▶ [ACTIVITY]:
Taking the entries below from the top, restate each line exactly and end with the line containing "#18=AXIS2_PLACEMENT_3D('',#15,#16,#17);".

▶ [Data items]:
------------------------------------------------------------------------

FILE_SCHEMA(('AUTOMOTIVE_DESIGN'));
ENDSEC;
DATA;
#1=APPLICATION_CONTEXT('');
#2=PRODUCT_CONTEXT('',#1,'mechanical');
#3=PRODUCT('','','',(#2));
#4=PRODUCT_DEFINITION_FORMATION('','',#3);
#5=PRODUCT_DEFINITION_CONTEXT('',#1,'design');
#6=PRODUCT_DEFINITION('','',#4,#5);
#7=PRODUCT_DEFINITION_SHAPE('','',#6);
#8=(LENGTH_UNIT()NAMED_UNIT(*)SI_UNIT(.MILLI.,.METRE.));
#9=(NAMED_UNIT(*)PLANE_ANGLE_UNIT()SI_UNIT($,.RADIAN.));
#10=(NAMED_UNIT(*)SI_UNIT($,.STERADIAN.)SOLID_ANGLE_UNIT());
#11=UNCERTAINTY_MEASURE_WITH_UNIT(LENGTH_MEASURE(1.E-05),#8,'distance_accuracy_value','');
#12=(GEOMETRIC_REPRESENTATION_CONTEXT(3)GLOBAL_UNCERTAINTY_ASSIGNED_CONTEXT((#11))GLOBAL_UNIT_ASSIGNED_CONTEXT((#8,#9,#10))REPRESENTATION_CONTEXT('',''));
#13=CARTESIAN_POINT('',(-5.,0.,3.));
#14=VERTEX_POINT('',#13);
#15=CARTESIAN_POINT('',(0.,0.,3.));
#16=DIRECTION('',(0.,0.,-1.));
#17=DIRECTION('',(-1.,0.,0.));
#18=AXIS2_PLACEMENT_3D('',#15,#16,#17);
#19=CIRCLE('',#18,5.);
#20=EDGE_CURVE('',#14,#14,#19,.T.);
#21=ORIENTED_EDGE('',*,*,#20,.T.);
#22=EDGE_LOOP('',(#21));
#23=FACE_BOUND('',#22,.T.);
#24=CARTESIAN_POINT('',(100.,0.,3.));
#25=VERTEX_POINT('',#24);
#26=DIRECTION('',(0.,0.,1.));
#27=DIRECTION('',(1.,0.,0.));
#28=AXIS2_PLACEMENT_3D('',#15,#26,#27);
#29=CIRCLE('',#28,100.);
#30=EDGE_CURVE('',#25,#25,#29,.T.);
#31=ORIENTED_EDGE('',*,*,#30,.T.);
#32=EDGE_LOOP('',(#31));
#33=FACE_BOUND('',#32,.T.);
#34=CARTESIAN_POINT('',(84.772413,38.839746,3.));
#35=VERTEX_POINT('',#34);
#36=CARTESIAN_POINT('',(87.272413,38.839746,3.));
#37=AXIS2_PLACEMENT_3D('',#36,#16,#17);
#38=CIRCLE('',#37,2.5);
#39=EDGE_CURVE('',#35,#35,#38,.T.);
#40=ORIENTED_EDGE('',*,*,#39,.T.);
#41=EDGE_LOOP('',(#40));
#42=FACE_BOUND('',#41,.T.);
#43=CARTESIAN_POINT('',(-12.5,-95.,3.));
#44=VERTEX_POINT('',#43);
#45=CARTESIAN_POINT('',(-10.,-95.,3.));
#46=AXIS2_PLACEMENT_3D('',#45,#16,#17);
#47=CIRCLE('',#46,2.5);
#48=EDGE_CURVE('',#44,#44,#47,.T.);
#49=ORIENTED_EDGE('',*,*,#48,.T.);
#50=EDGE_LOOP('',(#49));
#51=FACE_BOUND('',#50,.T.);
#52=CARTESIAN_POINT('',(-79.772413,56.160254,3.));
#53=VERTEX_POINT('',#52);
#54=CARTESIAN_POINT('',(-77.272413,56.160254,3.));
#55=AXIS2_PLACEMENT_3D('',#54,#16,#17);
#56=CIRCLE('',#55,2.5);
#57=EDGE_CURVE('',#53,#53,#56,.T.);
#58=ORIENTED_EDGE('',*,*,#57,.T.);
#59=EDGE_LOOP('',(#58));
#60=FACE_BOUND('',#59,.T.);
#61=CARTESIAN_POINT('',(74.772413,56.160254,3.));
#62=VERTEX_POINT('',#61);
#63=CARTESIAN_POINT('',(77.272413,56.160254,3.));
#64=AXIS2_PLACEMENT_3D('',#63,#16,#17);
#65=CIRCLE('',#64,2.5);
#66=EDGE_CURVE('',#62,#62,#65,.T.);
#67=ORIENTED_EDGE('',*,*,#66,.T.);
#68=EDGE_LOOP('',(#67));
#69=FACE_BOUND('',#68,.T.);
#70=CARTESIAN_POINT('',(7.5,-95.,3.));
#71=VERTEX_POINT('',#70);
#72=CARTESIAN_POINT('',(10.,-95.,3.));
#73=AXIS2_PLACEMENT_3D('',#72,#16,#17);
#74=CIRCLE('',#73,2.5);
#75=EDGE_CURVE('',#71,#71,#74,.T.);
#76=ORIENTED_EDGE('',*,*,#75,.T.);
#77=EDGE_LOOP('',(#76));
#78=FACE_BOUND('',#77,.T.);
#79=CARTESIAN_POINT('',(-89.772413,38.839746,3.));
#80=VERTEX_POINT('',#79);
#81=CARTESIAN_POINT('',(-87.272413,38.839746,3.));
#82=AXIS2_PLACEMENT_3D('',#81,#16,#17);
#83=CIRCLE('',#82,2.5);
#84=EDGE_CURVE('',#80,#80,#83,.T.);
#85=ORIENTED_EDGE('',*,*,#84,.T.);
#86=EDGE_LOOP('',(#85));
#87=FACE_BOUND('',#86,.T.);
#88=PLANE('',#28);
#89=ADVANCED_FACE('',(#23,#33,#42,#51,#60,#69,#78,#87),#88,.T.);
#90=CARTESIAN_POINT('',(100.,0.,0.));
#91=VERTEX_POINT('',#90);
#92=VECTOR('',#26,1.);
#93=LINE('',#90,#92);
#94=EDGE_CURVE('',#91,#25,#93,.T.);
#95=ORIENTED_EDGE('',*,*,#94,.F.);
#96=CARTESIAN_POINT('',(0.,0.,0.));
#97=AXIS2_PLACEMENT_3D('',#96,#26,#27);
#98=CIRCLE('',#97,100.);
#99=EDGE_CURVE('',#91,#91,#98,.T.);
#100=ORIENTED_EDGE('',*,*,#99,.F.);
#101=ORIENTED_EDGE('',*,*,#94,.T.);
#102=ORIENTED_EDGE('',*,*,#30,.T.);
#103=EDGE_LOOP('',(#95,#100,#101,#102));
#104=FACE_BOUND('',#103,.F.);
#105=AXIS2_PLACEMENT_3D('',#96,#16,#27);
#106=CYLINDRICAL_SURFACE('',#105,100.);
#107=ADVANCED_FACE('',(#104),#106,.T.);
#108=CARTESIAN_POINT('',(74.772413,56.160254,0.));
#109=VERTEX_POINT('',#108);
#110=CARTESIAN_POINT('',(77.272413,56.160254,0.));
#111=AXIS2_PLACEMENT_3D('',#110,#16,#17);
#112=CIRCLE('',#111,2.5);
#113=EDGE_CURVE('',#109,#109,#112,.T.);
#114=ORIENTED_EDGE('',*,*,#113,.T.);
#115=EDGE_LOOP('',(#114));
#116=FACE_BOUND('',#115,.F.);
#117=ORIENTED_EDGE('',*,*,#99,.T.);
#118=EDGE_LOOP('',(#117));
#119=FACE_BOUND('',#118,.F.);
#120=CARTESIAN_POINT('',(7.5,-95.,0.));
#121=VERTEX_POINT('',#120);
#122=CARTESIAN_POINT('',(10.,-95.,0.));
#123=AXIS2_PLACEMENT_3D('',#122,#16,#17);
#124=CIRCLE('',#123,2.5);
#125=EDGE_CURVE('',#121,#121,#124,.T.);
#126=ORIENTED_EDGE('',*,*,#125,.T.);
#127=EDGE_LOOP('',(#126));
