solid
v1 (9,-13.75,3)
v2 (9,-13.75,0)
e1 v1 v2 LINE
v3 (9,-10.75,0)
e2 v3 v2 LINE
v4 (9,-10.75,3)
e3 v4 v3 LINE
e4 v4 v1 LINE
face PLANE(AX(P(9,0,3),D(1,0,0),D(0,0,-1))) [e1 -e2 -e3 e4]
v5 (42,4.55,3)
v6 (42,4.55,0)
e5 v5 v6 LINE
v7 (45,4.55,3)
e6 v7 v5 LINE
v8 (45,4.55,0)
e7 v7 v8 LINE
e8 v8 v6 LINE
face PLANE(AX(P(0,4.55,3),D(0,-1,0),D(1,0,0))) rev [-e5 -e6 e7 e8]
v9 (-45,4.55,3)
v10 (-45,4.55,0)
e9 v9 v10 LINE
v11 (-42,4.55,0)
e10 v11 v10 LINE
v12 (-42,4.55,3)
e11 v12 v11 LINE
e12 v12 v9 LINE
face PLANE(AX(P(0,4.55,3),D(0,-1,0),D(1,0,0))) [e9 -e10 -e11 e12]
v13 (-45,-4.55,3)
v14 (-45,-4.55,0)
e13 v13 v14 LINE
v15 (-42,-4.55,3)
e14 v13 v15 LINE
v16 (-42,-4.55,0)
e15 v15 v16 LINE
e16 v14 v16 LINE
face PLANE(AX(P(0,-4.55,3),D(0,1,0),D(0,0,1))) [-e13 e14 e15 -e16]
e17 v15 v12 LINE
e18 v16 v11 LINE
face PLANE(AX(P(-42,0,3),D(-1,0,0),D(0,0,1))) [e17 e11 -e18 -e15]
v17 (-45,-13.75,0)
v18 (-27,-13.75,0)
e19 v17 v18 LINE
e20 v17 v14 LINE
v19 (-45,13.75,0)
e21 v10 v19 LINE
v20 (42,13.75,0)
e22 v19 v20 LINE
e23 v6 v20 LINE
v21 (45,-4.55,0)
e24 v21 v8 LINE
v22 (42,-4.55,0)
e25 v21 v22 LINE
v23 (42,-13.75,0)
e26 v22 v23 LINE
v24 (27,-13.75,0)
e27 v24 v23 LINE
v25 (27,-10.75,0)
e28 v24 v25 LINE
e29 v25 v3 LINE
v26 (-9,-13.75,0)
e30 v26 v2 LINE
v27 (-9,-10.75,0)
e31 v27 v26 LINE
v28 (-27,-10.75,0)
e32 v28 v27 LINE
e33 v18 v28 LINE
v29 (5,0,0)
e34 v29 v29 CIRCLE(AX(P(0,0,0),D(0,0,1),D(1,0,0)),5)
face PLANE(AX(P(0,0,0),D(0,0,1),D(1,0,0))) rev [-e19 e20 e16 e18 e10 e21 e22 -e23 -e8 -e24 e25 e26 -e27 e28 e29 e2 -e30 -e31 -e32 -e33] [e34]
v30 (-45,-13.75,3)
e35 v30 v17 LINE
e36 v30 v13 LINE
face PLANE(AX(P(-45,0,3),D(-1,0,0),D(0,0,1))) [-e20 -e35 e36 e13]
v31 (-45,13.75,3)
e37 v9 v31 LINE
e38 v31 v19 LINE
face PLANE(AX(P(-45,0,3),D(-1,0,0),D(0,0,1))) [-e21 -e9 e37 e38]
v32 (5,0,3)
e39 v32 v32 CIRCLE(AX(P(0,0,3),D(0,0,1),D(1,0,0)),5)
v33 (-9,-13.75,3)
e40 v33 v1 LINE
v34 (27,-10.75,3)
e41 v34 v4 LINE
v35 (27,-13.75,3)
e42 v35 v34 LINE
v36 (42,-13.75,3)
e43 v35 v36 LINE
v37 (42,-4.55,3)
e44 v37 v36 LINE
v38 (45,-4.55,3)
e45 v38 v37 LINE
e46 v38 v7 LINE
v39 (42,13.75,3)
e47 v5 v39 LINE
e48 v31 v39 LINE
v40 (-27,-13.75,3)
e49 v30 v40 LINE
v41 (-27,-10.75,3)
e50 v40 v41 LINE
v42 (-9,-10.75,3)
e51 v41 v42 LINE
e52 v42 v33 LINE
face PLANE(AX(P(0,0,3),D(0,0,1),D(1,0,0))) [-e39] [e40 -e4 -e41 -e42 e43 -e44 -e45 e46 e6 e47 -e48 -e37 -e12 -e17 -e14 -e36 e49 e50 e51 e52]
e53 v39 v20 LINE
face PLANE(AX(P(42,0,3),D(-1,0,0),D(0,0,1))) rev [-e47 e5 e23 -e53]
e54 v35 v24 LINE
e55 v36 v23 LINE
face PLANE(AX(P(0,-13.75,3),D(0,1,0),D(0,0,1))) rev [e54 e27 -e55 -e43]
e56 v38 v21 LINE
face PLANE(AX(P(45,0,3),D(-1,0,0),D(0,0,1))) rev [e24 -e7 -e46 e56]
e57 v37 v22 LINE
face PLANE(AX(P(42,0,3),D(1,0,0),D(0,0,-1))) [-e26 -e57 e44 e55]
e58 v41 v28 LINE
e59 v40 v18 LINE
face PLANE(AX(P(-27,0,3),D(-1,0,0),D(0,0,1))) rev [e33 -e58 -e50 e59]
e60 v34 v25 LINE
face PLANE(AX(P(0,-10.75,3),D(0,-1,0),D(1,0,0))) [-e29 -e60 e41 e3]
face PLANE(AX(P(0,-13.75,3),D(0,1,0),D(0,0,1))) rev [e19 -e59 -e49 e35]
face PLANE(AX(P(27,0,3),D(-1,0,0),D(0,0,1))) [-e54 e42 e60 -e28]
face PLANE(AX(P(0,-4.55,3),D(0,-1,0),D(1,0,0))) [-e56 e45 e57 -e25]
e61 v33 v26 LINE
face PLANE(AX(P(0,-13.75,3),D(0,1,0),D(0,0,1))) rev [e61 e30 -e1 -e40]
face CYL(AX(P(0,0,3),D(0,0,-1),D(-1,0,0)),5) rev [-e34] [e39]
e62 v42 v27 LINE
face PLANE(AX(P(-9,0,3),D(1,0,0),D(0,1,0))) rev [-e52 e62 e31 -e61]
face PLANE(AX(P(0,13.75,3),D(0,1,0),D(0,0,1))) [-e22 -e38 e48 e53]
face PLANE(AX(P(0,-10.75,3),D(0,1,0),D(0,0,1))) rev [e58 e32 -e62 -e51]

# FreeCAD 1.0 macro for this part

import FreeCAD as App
import Part
import Sketcher

V = App.Vector
Q = App.Units.Quantity

doc = App.newDocument("Part")
body = doc.addObject("PartDesign::Body", "Body")

# Sketch on XY plane
sketch1 = body.newObject("Sketcher::SketchObject", "Sketch")
sketch1.AttachmentSupport = (doc.getObject("XY_Plane"), [""])
sketch1.MapMode = "FlatFace"
sketch1.addGeometry(Part.LineSegment(V(-42, -4.5, 0), V(-45, -4.5, 0)), False)
sketch1.addGeometry(Part.LineSegment(V(-45, -4.5, 0), V(-45, -13.8, 0)), False)
sketch1.addGeometry(Part.LineSegment(V(-45, -13.8, 0), V(-27, -13.8, 0)), False)
sketch1.addGeometry(Part.LineSegment(V(-27, -13.8, 0), V(-27, -10.8, 0)), False)
sketch1.addGeometry(Part.LineSegment(V(-27, -10.8, 0), V(-9, -10.8, 0)), False)
sketch1.addGeometry(Part.LineSegment(V(-9, -10.8, 0), V(-9, -13.8, 0)), False)
sketch1.addGeometry(Part.LineSegment(V(-9, -13.8, 0), V(9, -13.8, 0)), False)
sketch1.addGeometry(Part.LineSegment(V(9, -13.8, 0), V(9, -10.8, 0)), False)
sketch1.addGeometry(Part.LineSegment(V(9, -10.8, 0), V(27, -10.8, 0)), False)
sketch1.addGeometry(Part.LineSegment(V(27, -10.8, 0), V(27, -13.8, 0)), False)
sketch1.addGeometry(Part.LineSegment(V(27, -13.8, 0), V(42, -13.8, 0)), False)
sketch1.addGeometry(Part.LineSegment(V(42, -13.8, 0), V(42, -4.5, 0)), False)
sketch1.addGeometry(Part.LineSegment(V(42, -4.5, 0), V(45, -4.5, 0)), False)
sketch1.addGeometry(Part.LineSegment(V(45, -4.5, 0), V(45, 4.5, 0)), False)
sketch1.addGeometry(Part.LineSegment(V(45, 4.5, 0), V(42, 4.5, 0)), False)
sketch1.addGeometry(Part.LineSegment(V(42, 4.5, 0), V(42, 13.8, 0)), False)
sketch1.addGeometry(Part.LineSegment(V(42, 13.8, 0), V(-45, 13.8, 0)), False)
sketch1.addGeometry(Part.LineSegment(V(-45, 13.8, 0), V(-45, 4.5, 0)), False)
sketch1.addGeometry(Part.LineSegment(V(-45, 4.5, 0), V(-42, 4.5, 0)), False)
sketch1.addGeometry(Part.LineSegment(V(-42, 4.5, 0), V(-42, -4.5, 0)), False)
sketch1.addGeometry(Part.Circle(V(0, 0, 0), V(0, 0, 1), 5), False)
sketch1.addConstraint(Sketcher.Constraint("Coincident", 0, 2, 1, 1))
sketch1.addConstraint(Sketcher.Constraint("Coincident", 1, 2, 2, 1))
sketch1.addConstraint(Sketcher.Constraint("Coincident", 2, 2, 3, 1))
sketch1.addConstraint(Sketcher.Constraint("Coincident", 3, 2, 4, 1))
sketch1.addConstraint(Sketcher.Constraint("Coincident", 4, 2, 5, 1))
sketch1.addConstraint(Sketcher.Constraint("Coincident", 5, 2, 6, 1))
sketch1.addConstraint(Sketcher.Constraint("Coincident", 6, 2, 7, 1))
sketch1.addConstraint(Sketcher.Constraint("Coincident", 7, 2, 8, 1))
sketch1.addConstraint(Sketcher.Constraint("Coincident", 8, 2, 9, 1))
sketch1.addConstraint(Sketcher.Constraint("Coincident", 9, 2, 10, 1))
sketch1.addConstraint(Sketcher.Constraint("Coincident", 10, 2, 11, 1))
sketch1.addConstraint(Sketcher.Constraint("Coincident", 11, 2, 12, 1))
sketch1.addConstraint(Sketcher.Constraint("Coincident", 12, 2, 13, 1))
sketch1.addConstraint(Sketcher.Constraint("Coincident", 13, 2, 14, 1))
sketch1.addConstraint(Sketcher.Constraint("Coincident", 14, 2, 15, 1))
sketch1.addConstraint(Sketcher.Constraint("Coincident", 15, 2, 16, 1))
sketch1.addConstraint(Sketcher.Constraint("Coincident", 16, 2, 17, 1))
sketch1.addConstraint(Sketcher.Constraint("Coincident", 17, 2, 18, 1))
sketch1.addConstraint(Sketcher.Constraint("Coincident", 18, 2, 19, 1))
sketch1.addConstraint(Sketcher.Constraint("Coincident", 19, 2, 0, 1))
sketch1.addConstraint(Sketcher.Constraint("Horizontal", 0))
sketch1.addConstraint(Sketcher.Constraint("Vertical", 1))
sketch1.addConstraint(Sketcher.Constraint("Horizontal", 2))
sketch1.addConstraint(Sketcher.Constraint("Vertical", 3))
sketch1.addConstraint(Sketcher.Constraint("Horizontal", 4))
sketch1.addConstraint(Sketcher.Constraint("Vertical", 5))
sketch1.addConstraint(Sketcher.Constraint("Horizontal", 6))
sketch1.addConstraint(Sketcher.Constraint("Vertical", 7))
sketch1.addConstraint(Sketcher.Constraint("Horizontal", 8))
sketch1.addConstraint(Sketcher.Constraint("Vertical", 9))
sketch1.addConstraint(Sketcher.Constraint("Horizontal", 10))
sketch1.addConstraint(Sketcher.Constraint("Vertical", 11))
sketch1.addConstraint(Sketcher.Constraint("Horizontal", 12))
sketch1.addConstraint(Sketcher.Constraint("Vertical", 13))
sketch1.addConstraint(Sketcher.Constraint("Horizontal", 14))
sketch1.addConstraint(Sketcher.Constraint("Vertical", 15))
sketch1.addConstraint(Sketcher.Constraint("Horizontal", 16))
sketch1.addConstraint(Sketcher.Constraint("Vertical", 17))
sketch1.addConstraint(Sketcher.Constraint("Horizontal", 18))
sketch1.addConstraint(Sketcher.Constraint("Vertical", 19))
sketch1.addConstraint(Sketcher.Constraint("Coincident", 20, 3, -1, 1))
sketch1.addConstraint(Sketcher.Constraint("Symmetric", 0, 2, 13, 2, -1, 1))
sketch1.addConstraint(Sketcher.Constraint("Symmetric", 12, 2, 17, 2, -1, 1))
sketch1.addConstraint(Sketcher.Constraint("Symmetric", 4, 2, 7, 2, -2))
sketch1.addConstraint(Sketcher.Constraint("Symmetric", 2, 2, 9, 2, -2))
sketch1.addConstraint(Sketcher.Constraint("Symmetric", 14, 2, 18, 2, -2))
sketch1.addConstraint(Sketcher.Constraint("Symmetric", 10, 2, 15, 2, -1))
sketch1.addConstraint(Sketcher.Constraint("Horizontal", 2, 2, 5, 2))
sketch1.addConstraint(Sketcher.Constraint("Equal", 2, 4))
sketch1.addConstraint(Sketcher.Constraint("Equal", 4, 6))
sketch1.addConstraint(Sketcher.Constraint("Equal", 18, 3))
sketch1.addConstraint(Sketcher.Constraint("Diameter", 20, Q("10 mm")))
sketch1.addConstraint(Sketcher.Constraint("DistanceX", 0, 2, 0, 1, Q("3 mm")))
sketch1.addConstraint(Sketcher.Constraint("DistanceX", 2, 1, 2, 2, Q("18 mm")))
sketch1.addConstraint(Sketcher.Constraint("DistanceY", 1, 2, 1, 1, Q("9.2 mm")))
sketch1.addConstraint(Sketcher.Constraint("DistanceY", 13, 1, 13, 2, Q("9.1 mm")))
pad1 = body.newObject("PartDesign::Pad", "Pad")
pad1.Profile = sketch1
pad1.Length = 3

doc.recompute()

------------------------------------------------------------------------

▶ [EXERCISE RESULT]:
FILE_SCHEMA(('AUTOMOTIVE_DESIGN'));
ENDSEC;
DATA;
#1=APPLICATION_CONTEXT('');
#2=PRODUCT_CONTEXT('',#1,'mechanical');
#3=PRODUCT('','','',(#2));
#4=PRODUCT_DEFINITION_FORMATION('','',#3);
#5=PRODUCT_DEFINITION_CONTEXT('',#1,'design');
#6=PRODUCT_DEFINITION('','',#4,#5);
#7=PRODUCT_DEFINITION_SHAPE('','',#6);
#8=(LENGTH_UNIT()NAMED_UNIT(*)SI_UNIT(.MILLI.,.METRE.));
#9=(NAMED_UNIT(*)PLANE_ANGLE_UNIT()SI_UNIT($,.RADIAN.));
#10=(NAMED_UNIT(*)SI_UNIT($,.STERADIAN.)SOLID_ANGLE_UNIT());
#11=UNCERTAINTY_MEASURE_WITH_UNIT(LENGTH_MEASURE(1.E-05),#8,'distance_accuracy_value','');
#12=(GEOMETRIC_REPRESENTATION_CONTEXT(3)GLOBAL_UNCERTAINTY_ASSIGNED_CONTEXT((#11))GLOBAL_UNIT_ASSIGNED_CONTEXT((#8,#9,#10))REPRESENTATION_CONTEXT('',''));
#13=CARTESIAN_POINT('',(-5.,0.,3.));
#14=VERTEX_POINT('',#13);
#15=CARTESIAN_POINT('',(0.,0.,3.));
#16=DIRECTION('',(0.,0.,-1.));
#17=DIRECTION('',(-1.,0.,0.));
#18=AXIS2_PLACEMENT_3D('',#15,#16,#17);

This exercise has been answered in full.